Oesophageal and Proximal Gastric Adenocarcinomas Are Rare After Detection of Helicobacter pylori Infection

Shria Kumar; David C. Metz; Gregory G. Ginsberg; David E. Kaplan; David S. Goldberg

Disclosures

Aliment Pharmacol Ther. 2020;51(8):781-788. 

In This Article

Conclusions

In the largest cohort of US patients with confirmed H pylori, we demonstrate that rates of oesophageal and proximal gastric cancers after detection of H pylori are low: the cumulative incidence at 5, 10 and 15 years was 0.15%, 0.26% and 0.34%, respectively. Importantly, we found that H pylori treatment and eradication status were not associated with future oesophageal and proximal gastric cancers.

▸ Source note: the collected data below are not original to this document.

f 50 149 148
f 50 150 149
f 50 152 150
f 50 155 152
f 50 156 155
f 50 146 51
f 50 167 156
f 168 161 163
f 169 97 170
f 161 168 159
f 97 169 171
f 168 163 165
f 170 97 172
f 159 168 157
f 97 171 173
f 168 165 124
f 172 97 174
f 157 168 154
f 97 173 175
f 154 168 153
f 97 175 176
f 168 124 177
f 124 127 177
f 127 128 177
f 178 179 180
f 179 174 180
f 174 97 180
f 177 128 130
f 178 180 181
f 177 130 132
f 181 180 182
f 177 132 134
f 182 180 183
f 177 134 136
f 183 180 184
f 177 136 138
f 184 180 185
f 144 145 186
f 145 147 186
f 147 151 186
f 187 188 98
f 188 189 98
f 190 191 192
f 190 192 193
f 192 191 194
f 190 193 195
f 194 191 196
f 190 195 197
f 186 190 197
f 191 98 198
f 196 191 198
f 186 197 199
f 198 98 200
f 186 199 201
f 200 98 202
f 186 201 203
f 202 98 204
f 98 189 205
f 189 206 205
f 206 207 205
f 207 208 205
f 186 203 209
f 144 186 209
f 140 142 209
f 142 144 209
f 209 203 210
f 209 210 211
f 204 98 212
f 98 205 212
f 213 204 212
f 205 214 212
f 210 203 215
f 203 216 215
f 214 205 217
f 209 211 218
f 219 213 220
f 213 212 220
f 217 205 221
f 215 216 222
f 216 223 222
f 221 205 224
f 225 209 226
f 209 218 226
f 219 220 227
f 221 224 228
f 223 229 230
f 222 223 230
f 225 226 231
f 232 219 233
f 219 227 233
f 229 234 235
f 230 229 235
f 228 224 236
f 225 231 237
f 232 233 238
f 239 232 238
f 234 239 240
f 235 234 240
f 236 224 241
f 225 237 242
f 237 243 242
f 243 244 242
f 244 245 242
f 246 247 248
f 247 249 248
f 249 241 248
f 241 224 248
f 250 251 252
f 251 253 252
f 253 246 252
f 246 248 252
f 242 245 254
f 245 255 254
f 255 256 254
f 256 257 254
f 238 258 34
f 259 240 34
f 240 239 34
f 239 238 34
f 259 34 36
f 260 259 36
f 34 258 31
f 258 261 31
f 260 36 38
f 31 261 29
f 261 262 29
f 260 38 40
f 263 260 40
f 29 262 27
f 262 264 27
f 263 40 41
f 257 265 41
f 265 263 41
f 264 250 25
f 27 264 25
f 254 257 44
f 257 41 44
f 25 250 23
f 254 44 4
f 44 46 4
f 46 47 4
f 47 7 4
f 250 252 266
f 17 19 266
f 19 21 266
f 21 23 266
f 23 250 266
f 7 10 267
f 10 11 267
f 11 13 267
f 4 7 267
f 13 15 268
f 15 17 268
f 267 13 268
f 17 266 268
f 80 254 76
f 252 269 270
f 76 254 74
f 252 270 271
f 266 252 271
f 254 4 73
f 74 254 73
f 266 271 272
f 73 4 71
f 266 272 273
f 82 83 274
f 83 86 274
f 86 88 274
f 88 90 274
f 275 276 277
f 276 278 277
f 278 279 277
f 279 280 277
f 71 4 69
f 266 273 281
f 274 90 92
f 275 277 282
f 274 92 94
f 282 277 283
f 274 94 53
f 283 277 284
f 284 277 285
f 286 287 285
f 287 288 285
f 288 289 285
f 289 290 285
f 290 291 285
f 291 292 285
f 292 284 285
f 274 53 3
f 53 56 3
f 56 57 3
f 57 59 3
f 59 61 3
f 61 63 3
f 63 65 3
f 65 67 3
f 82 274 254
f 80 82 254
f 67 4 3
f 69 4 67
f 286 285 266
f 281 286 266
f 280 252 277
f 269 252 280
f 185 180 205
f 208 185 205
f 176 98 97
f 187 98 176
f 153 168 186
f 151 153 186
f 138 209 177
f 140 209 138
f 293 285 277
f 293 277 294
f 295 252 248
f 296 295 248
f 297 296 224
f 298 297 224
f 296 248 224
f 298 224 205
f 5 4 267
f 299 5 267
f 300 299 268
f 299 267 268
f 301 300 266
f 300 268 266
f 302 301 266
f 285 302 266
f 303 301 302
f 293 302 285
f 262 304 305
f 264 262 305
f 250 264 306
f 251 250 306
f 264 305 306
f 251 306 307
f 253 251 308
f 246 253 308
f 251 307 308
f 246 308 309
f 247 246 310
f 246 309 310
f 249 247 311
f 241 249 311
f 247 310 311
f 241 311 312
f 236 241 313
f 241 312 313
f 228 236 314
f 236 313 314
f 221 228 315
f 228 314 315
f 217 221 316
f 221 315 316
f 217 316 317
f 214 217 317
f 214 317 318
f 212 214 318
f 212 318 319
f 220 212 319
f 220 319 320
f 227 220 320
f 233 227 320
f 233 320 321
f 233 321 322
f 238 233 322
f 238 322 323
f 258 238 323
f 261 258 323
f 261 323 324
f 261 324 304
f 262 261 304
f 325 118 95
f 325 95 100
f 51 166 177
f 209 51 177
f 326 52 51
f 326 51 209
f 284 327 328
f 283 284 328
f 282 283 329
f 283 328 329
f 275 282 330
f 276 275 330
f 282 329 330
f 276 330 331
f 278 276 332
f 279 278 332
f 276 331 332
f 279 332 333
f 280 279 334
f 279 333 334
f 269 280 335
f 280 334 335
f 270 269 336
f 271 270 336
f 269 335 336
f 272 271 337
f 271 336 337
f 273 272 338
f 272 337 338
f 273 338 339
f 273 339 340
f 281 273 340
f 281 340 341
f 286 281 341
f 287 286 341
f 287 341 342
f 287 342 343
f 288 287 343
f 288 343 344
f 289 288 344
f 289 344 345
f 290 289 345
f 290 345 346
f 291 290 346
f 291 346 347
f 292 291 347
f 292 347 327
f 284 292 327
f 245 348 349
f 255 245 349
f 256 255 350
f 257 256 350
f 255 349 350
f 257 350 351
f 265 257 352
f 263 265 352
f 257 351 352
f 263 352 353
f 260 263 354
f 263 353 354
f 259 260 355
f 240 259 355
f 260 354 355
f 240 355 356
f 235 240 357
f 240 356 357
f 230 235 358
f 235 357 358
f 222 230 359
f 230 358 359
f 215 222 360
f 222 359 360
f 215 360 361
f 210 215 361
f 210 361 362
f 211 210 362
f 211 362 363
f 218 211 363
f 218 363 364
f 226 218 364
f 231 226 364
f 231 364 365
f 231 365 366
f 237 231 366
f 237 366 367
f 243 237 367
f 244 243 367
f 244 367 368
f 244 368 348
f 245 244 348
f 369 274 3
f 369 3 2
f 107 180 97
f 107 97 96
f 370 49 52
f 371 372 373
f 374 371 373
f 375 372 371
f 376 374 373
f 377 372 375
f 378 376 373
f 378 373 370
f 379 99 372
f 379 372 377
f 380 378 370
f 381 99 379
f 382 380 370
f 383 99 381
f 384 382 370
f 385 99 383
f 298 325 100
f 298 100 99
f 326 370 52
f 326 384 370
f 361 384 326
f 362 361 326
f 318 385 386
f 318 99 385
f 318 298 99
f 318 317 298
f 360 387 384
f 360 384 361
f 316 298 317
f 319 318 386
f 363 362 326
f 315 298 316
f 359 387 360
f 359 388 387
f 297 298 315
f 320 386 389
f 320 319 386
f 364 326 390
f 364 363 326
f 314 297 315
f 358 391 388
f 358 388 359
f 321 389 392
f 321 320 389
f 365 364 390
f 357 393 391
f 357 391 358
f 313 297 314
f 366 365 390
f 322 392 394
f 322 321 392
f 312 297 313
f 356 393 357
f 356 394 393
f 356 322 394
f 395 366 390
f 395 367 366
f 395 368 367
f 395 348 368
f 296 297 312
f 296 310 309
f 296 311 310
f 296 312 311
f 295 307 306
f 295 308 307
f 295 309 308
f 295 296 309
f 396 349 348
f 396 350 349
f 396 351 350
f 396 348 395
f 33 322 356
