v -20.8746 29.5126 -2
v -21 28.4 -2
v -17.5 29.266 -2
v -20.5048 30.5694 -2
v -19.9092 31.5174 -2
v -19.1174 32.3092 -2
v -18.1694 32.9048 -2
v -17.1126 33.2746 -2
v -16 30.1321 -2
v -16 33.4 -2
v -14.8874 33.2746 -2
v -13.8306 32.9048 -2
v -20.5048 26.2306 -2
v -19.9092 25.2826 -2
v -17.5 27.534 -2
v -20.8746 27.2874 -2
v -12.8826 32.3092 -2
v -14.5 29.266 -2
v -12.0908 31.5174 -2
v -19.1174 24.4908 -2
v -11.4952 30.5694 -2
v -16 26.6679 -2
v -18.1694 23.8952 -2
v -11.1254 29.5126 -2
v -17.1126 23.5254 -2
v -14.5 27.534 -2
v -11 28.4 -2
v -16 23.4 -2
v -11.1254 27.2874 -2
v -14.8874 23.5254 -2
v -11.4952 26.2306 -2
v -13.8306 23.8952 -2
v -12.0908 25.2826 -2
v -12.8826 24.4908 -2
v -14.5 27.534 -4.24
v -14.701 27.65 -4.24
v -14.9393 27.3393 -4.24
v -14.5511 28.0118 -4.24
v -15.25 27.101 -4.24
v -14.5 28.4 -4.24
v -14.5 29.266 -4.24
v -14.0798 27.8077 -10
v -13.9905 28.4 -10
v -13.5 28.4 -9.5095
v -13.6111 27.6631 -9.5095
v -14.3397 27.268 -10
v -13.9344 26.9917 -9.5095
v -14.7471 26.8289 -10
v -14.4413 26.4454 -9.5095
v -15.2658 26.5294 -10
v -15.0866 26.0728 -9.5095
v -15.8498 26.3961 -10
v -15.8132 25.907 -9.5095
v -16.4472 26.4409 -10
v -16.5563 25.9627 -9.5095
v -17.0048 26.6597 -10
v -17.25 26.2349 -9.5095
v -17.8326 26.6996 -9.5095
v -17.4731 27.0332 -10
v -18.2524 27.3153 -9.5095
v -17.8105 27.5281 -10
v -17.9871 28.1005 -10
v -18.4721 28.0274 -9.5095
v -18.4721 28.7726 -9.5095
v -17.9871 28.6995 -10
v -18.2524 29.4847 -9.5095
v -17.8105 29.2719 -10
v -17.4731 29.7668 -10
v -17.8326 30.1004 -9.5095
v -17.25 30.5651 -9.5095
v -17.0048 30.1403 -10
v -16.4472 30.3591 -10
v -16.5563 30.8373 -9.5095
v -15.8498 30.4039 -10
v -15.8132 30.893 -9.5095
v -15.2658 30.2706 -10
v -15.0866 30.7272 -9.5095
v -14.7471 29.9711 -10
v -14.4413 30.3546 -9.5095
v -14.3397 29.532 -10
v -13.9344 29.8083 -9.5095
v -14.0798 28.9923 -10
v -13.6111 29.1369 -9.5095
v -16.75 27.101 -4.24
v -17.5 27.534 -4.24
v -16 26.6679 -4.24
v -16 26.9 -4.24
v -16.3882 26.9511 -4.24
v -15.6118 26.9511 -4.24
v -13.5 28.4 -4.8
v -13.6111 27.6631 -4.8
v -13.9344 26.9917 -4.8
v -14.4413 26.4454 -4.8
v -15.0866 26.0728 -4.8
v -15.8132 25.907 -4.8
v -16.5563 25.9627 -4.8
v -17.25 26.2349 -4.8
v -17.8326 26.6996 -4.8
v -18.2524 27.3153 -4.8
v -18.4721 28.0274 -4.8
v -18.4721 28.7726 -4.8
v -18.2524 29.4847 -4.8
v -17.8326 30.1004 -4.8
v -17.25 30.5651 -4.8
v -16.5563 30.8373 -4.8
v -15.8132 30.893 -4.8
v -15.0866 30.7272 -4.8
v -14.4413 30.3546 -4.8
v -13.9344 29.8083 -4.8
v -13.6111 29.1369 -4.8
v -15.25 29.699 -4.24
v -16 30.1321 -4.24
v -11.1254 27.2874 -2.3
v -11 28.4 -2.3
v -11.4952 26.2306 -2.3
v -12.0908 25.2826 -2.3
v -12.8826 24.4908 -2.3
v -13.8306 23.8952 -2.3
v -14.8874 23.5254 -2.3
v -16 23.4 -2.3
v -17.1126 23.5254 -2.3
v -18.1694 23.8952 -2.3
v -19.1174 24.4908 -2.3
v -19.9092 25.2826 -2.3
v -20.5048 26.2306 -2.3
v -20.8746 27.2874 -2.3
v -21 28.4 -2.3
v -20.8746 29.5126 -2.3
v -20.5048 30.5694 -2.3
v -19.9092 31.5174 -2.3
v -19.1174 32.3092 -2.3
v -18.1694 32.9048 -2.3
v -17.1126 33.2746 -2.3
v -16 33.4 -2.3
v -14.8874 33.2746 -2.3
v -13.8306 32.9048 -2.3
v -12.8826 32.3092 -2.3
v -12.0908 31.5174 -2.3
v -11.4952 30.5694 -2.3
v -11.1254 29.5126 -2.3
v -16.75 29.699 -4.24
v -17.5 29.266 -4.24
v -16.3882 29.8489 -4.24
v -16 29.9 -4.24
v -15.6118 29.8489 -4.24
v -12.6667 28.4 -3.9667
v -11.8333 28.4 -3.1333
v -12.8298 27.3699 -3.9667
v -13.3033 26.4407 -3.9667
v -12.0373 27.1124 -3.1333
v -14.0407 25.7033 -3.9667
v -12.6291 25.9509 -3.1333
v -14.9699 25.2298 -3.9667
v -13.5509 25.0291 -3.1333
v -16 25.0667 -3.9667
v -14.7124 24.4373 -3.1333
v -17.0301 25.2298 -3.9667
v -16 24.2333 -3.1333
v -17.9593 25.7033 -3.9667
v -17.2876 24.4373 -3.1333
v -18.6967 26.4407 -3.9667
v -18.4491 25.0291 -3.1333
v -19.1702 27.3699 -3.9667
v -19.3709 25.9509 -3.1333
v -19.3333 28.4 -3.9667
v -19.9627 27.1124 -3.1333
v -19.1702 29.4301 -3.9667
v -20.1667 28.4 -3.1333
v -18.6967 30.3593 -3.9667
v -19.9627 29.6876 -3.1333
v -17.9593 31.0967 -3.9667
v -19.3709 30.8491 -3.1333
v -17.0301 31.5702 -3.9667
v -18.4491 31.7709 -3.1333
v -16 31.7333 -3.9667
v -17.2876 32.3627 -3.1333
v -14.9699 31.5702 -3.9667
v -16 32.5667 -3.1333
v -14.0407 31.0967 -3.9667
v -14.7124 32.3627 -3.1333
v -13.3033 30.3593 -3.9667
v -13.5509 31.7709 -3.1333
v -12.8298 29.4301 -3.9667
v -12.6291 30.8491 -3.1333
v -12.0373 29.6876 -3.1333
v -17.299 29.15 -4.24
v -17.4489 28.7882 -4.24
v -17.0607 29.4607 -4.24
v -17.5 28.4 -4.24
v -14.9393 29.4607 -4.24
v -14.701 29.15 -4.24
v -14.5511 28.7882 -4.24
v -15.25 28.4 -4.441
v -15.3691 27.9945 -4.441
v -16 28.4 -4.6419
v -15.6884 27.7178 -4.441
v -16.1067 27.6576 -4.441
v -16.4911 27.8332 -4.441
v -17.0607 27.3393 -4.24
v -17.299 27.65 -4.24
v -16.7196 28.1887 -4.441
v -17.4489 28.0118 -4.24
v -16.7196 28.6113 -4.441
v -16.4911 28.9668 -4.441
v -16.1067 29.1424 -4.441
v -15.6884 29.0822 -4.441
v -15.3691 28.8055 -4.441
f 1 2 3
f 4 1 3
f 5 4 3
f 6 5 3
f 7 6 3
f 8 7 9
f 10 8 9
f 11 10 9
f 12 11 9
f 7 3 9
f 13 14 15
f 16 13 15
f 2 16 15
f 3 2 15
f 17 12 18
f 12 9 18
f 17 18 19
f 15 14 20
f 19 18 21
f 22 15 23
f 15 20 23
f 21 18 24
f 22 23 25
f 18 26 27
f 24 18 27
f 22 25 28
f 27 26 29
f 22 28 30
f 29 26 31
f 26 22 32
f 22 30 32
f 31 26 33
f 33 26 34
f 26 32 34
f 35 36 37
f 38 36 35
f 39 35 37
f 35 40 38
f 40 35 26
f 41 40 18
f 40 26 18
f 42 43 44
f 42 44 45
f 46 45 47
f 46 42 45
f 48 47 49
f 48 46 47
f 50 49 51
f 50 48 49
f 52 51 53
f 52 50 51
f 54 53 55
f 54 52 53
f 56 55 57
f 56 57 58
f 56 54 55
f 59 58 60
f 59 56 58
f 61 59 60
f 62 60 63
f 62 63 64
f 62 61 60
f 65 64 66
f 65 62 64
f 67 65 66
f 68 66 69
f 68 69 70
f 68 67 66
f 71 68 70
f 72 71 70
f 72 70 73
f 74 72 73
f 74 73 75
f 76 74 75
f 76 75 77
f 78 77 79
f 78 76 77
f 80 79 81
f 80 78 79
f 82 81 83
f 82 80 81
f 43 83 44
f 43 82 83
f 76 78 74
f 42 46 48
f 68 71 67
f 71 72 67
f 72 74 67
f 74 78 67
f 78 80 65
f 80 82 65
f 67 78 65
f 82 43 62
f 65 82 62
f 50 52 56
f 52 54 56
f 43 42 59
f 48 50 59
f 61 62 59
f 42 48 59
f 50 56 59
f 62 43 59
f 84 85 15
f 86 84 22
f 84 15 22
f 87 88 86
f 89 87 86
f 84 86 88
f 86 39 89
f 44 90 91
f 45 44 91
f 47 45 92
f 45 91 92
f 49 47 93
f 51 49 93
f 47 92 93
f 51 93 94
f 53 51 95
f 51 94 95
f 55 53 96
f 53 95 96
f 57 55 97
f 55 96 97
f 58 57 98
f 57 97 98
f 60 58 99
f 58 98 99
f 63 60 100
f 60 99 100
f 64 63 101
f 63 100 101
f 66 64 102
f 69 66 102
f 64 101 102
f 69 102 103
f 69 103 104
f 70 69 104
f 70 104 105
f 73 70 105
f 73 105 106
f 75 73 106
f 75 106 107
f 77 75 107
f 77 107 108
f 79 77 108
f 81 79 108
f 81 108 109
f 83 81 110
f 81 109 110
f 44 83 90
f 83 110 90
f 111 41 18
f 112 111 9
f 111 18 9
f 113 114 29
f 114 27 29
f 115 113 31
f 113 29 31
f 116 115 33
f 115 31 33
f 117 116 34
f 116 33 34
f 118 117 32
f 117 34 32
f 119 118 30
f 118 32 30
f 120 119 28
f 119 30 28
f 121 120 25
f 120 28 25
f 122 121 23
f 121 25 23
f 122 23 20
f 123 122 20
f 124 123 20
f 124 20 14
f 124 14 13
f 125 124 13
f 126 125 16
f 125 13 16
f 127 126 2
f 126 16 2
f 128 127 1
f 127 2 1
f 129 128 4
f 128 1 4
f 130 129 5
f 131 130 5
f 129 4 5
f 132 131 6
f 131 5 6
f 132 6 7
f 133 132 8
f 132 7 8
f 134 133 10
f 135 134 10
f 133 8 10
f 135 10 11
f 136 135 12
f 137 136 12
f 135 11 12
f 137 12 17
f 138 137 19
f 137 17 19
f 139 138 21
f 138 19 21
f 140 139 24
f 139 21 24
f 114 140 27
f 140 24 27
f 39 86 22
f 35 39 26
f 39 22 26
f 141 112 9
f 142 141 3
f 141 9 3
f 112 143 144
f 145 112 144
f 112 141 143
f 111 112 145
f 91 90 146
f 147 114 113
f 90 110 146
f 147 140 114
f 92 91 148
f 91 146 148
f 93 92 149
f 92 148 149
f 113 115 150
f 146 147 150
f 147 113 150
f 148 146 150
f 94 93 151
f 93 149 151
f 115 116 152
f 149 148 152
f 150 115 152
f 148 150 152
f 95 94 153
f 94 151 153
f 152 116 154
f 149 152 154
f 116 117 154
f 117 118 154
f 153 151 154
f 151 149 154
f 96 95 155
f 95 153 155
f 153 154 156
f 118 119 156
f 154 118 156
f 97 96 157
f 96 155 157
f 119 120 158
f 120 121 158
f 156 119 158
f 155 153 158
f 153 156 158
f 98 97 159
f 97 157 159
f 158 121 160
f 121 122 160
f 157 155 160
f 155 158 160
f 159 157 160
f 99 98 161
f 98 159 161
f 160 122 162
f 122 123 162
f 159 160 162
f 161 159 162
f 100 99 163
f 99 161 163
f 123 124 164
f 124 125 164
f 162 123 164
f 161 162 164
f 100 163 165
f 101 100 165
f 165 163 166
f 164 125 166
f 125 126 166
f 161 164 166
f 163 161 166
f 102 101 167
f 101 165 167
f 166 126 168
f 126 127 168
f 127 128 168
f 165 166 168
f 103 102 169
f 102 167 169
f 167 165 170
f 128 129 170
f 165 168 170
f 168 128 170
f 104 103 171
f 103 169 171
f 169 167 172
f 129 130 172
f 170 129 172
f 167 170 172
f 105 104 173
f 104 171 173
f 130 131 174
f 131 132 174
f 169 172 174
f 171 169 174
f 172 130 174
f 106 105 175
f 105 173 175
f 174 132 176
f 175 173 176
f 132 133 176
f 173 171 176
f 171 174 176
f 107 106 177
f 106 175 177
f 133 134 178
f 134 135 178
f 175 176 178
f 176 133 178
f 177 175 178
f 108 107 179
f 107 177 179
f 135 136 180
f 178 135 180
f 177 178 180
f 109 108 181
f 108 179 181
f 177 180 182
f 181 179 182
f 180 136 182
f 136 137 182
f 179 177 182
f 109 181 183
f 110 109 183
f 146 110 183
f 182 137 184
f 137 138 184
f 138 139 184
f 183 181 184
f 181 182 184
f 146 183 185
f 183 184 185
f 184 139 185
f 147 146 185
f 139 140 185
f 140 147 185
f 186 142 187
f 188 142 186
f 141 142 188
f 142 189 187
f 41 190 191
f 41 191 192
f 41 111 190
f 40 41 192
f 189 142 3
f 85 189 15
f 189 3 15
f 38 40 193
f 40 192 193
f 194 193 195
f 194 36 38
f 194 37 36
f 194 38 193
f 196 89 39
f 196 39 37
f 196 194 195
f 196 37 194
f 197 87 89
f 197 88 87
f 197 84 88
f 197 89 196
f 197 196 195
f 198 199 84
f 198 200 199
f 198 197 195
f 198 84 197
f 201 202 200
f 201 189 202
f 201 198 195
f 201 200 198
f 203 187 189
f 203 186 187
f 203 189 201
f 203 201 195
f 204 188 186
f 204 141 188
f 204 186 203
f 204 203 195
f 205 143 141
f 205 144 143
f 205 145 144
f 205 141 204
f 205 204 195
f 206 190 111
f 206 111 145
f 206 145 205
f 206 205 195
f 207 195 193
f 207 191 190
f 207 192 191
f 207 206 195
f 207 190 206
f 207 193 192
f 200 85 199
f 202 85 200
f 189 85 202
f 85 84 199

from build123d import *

# Parameters (mm, degrees)
EXTRUDE1_DEPTH = 2.24
CHAMFER1_SIZE  = 0.4905


with BuildPart() as part:
    # Sketch1 → Revolve1 (revolve)
    with BuildSketch(Plane.XZ.offset(-28.4)):
        Polygon((-11, -2), (-16, -2), (-16, -10), (-13.5, -10), (-13.5, -4.8), (-11, -2.3), align=None)
    revolve(axis=Axis((-16, 28.4, -2), (0, 0, -1)))

    # Sketch2 → Extrude1 (cut)
    with BuildSketch(Plane.XY.offset(-2)):
        Polygon((-17.5, 29.266025404), (-17.5, 27.533974596), (-16, 26.667949192), (-14.5, 27.533974596), (-14.5, 29.266025404), (-16, 30.132050808), align=None)
    extrude(amount=-EXTRUDE1_DEPTH, mode=Mode.SUBTRACT)

    # Sketch3 → Cut-Revolve1 (revolve, cut)
    with BuildSketch(Plane.XZ.offset(-28.4)):
        Polygon((-14.5, -4.24), (-16, -4.24), (-16, -4.641923789), align=None)
    revolve(axis=Axis((-16, 28.4, -4.239975), (0, 0, -1)), mode=Mode.SUBTRACT)

    # Chamfer1
    chamfer1_edges = [part.edges().sort_by_distance(p)[0] for p in [
        (-18.5, 28.4, -10),
    ]]
    chamfer(chamfer1_edges, length=CHAMFER1_SIZE)


solid = part.part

Our results can be loosely compared to future cancer incidence after identification of known risk factors and precursor lesions. For example, we previously conducted the largest study of gastric cancer among US patients with diagnosed H pylori, and demonstrated that the incidence of non-proximal gastric adenocarcinomas after H pylori diagnosis at 5, 10 and 20 years was 0.37%, 0.5% and 0.65%, respectively. Thus, the incidence of oesophageal and proximal gastric cancers after H pylori detection is markedly lower than non-proximal gastric cancer after H pylori detection. It is more difficult to compare oesophageal and proximal gastric cancers incidence after H pylori to baseline estimates. The American Cancer Society estimates a lifetime risk of oesophageal cancer in the United States is about 1 in 132 (0.76%) in men and about 1 in 455 (0.22%) in women.[25] Our study demonstrates that rates of oesophageal and proximal gastric cancers after treatment of H pylori are low, but may be so since our data does not capture a true lifetime estimate.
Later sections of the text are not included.